17 Mart günü eşim Dilek ile birlikte yurtdışına çıkmış ve o günden beri haftada bir yazmakta olduğum “Dostça” yazılarıma da ara vermiştim.
Yazmadım, çünkü istesem de yazmayacak kadar tutuk kalmıştım. O günlerde sadece yaban diyarları gezdim, gördüm, okudum, düşündüm, kıyasladım, çıkarımlar yapıp yorumladım. Böylece, bilgileniyor, bilgisizlik ve cahilliğimle tanışarak kâh seviniyor kâh üzülüyordum.
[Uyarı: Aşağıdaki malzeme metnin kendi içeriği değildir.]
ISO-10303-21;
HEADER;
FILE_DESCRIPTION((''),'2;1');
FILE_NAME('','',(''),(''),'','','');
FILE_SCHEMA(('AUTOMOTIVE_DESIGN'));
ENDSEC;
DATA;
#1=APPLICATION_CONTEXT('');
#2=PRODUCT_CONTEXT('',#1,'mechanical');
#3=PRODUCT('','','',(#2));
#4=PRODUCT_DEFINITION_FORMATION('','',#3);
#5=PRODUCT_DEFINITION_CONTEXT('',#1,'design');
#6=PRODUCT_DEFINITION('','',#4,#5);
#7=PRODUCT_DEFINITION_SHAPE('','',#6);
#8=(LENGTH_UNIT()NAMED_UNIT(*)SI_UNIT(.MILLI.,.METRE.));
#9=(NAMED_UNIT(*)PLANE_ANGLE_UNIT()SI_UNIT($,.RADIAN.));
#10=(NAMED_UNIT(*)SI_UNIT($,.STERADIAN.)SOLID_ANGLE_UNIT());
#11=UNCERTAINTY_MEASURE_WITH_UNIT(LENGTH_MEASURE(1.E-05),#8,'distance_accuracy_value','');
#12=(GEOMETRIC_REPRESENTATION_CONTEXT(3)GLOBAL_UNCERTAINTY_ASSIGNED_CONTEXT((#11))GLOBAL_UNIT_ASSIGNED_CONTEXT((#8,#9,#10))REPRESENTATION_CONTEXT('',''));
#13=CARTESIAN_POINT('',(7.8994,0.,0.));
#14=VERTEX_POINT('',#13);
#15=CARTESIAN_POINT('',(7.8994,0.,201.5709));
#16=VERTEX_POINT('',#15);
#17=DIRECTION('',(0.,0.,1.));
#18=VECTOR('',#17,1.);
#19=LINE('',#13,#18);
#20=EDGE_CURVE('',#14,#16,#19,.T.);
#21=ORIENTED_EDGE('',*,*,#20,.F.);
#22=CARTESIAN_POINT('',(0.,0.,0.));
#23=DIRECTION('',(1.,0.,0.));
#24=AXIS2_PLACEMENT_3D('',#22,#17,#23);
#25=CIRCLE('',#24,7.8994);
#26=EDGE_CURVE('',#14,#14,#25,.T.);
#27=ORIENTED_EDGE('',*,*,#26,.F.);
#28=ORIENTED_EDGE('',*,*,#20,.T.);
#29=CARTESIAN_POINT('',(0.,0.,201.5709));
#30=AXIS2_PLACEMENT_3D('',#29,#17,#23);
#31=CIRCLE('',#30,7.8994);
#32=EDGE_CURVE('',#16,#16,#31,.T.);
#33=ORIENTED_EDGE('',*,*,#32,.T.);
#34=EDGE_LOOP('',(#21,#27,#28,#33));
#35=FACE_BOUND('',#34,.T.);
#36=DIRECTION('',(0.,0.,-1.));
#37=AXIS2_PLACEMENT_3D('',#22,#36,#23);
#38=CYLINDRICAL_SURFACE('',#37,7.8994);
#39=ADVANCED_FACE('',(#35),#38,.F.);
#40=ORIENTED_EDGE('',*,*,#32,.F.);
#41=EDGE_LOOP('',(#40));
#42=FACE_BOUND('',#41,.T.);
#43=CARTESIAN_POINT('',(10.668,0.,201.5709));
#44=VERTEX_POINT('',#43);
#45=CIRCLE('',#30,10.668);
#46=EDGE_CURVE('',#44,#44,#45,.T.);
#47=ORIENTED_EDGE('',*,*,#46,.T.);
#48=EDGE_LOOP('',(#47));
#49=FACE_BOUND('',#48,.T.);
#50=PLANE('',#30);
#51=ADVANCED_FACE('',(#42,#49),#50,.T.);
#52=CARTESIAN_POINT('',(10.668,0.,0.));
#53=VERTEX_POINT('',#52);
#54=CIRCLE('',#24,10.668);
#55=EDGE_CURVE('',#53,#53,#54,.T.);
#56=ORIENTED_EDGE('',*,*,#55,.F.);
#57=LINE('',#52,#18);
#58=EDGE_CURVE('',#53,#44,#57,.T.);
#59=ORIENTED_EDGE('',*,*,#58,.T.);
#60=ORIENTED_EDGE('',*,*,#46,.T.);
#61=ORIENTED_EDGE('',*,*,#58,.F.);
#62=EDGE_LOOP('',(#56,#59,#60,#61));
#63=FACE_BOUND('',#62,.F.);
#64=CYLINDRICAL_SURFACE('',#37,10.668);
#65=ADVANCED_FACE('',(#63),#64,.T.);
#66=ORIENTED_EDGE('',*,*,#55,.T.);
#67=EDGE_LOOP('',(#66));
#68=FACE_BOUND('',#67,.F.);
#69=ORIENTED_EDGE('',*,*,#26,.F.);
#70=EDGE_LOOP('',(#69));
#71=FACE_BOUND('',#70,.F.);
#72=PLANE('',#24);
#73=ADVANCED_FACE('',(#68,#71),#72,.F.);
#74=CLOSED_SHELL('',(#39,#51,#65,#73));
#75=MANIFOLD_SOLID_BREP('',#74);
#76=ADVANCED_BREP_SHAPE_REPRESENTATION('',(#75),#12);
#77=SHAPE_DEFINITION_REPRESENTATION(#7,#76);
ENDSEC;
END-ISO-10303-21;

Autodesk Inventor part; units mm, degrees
ref_plane "YZ Plane" through (0, 0, 0) normal (1, 0, 0) x (0, 1, 0)
ref_plane "Start Plane" through (0, 0, 0) normal (0, 0, 1) x (1, 0, 0)
ref_plane "End Plane" through (0, 0, 201.5709) normal (0, 0, 1) x (1, 0, 0)
sketch "Sketch" plane through (0, 0, 0) normal (0, 0, 1) x (1, 0, 0)
  circle A0 centre (0, 0) radius 7.8994
  circle A1 centre (0, 0) radius 10.668
  dimension "d0" = 21.336
  dimension "d1" = 2.7686
extrude "Body" add sketch "Sketch" along normal up to surface (201.5709 mm away) from surface at 0
sketch "Sketch3" plane through (0, 0, 0) normal (0, 0, 1) x (1, 0, 0)
  line L0 (0, 0) -> (10, 0)
ref_plane "Work Plane3" through (0, 0, 0) normal (0, -1, 0) x (1, 0, 0)
sketch "Sketch4" plane through (0, 0, 0) normal (0, -1, 0) x (1, 0, 0)
  line L0 (-2, 0) -> (12, 0) projected
  line L1 (-2, 201.5709) -> (12, 201.5709) projected
  dimension "d7" = 201.5709
equation "\"d0\" = G_H"
equation "\"d1\" = G_T"
equation "\"d2\" = G_L"
equation "\"G_H\" = 21.336"
equation "\"G_T\" = 2.7686"
equation "\"G_L\" = d7"
equation "\"G_OFFSET_START\" = 0"
equation "\"G_OFFSET_END\" = 0"
equation "\"d5\" = G_OFFSET_END + B_L"
equation "\"B_L\" = 201.57093"
properties part number "ANSI - 1/2 x 0.109 - 7.936" material "Steel, Mild"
Neler, neler oldu bugünlerde!
Ukrayna-Rusya savaşı çıktı, savaş karşıtı olanlar hem dünyada hem de ülkemizde çokça arttı!
Fakat her nedense ülkemizdeki on yıllardır süregelen çatışma, savaş, ölüm ve acılara hem dünya hem de halkımızın büyük çoğunluğu hep seyirci ve sessiz kaldı?
Ülkemizde egemen olan ve büyük çoğunlukça desteklenen resmi bir anlayışla; herkesin doğuştan kazanılmış insanları hakları yok sayılıp, “öteki” olana kendi değerleri dayatılmaktadır. Bunun için de ötekileri haksız gösterecek haksız yapay algılarla düşmanlıklar yaratılmaktadır. Böylece ülkemiz yıllardan beridir hem ülke içindeki halklar hem de komşu ülkelerle halklarla barışa hasret kalmıştır. Bu yüzden hem ülkenin hem de komşu ülkelerin kaynakları, doğaları ve nice canları zarar görmüş, anaları acılı, çocukları; oyunlarında kılıç, tüfek, bomba kuşanıp savaşırken coşku içinde, ölmek, öldürmek istiyor, gençleri; güvencesiz ve umutsuz kalmış.
Oysa ülkemizin ekonomisi; uçak, tank, füze, bomba, mermi gibi ölüm harcamaları yüzünden çökmüş, kaynaklarımız, iktidarca haraç mezat yandaşlara dağıtılmış, otuz-kırk yıl sonra doğacak olan torunlarımız bile borçlu bırakılmıştı.
Bu tükenmiş ve halk desteğini yitirmiş iktidar, bir daha ‘7 Haziran 2015’ benzeri bir yenilgiyi yaşamamak için ülkeyi, ‘1 Kasım 2015’ seçim öncesinin karanlık günlerine taşıyacak bahane ve düşmanlıklar arıyorlar.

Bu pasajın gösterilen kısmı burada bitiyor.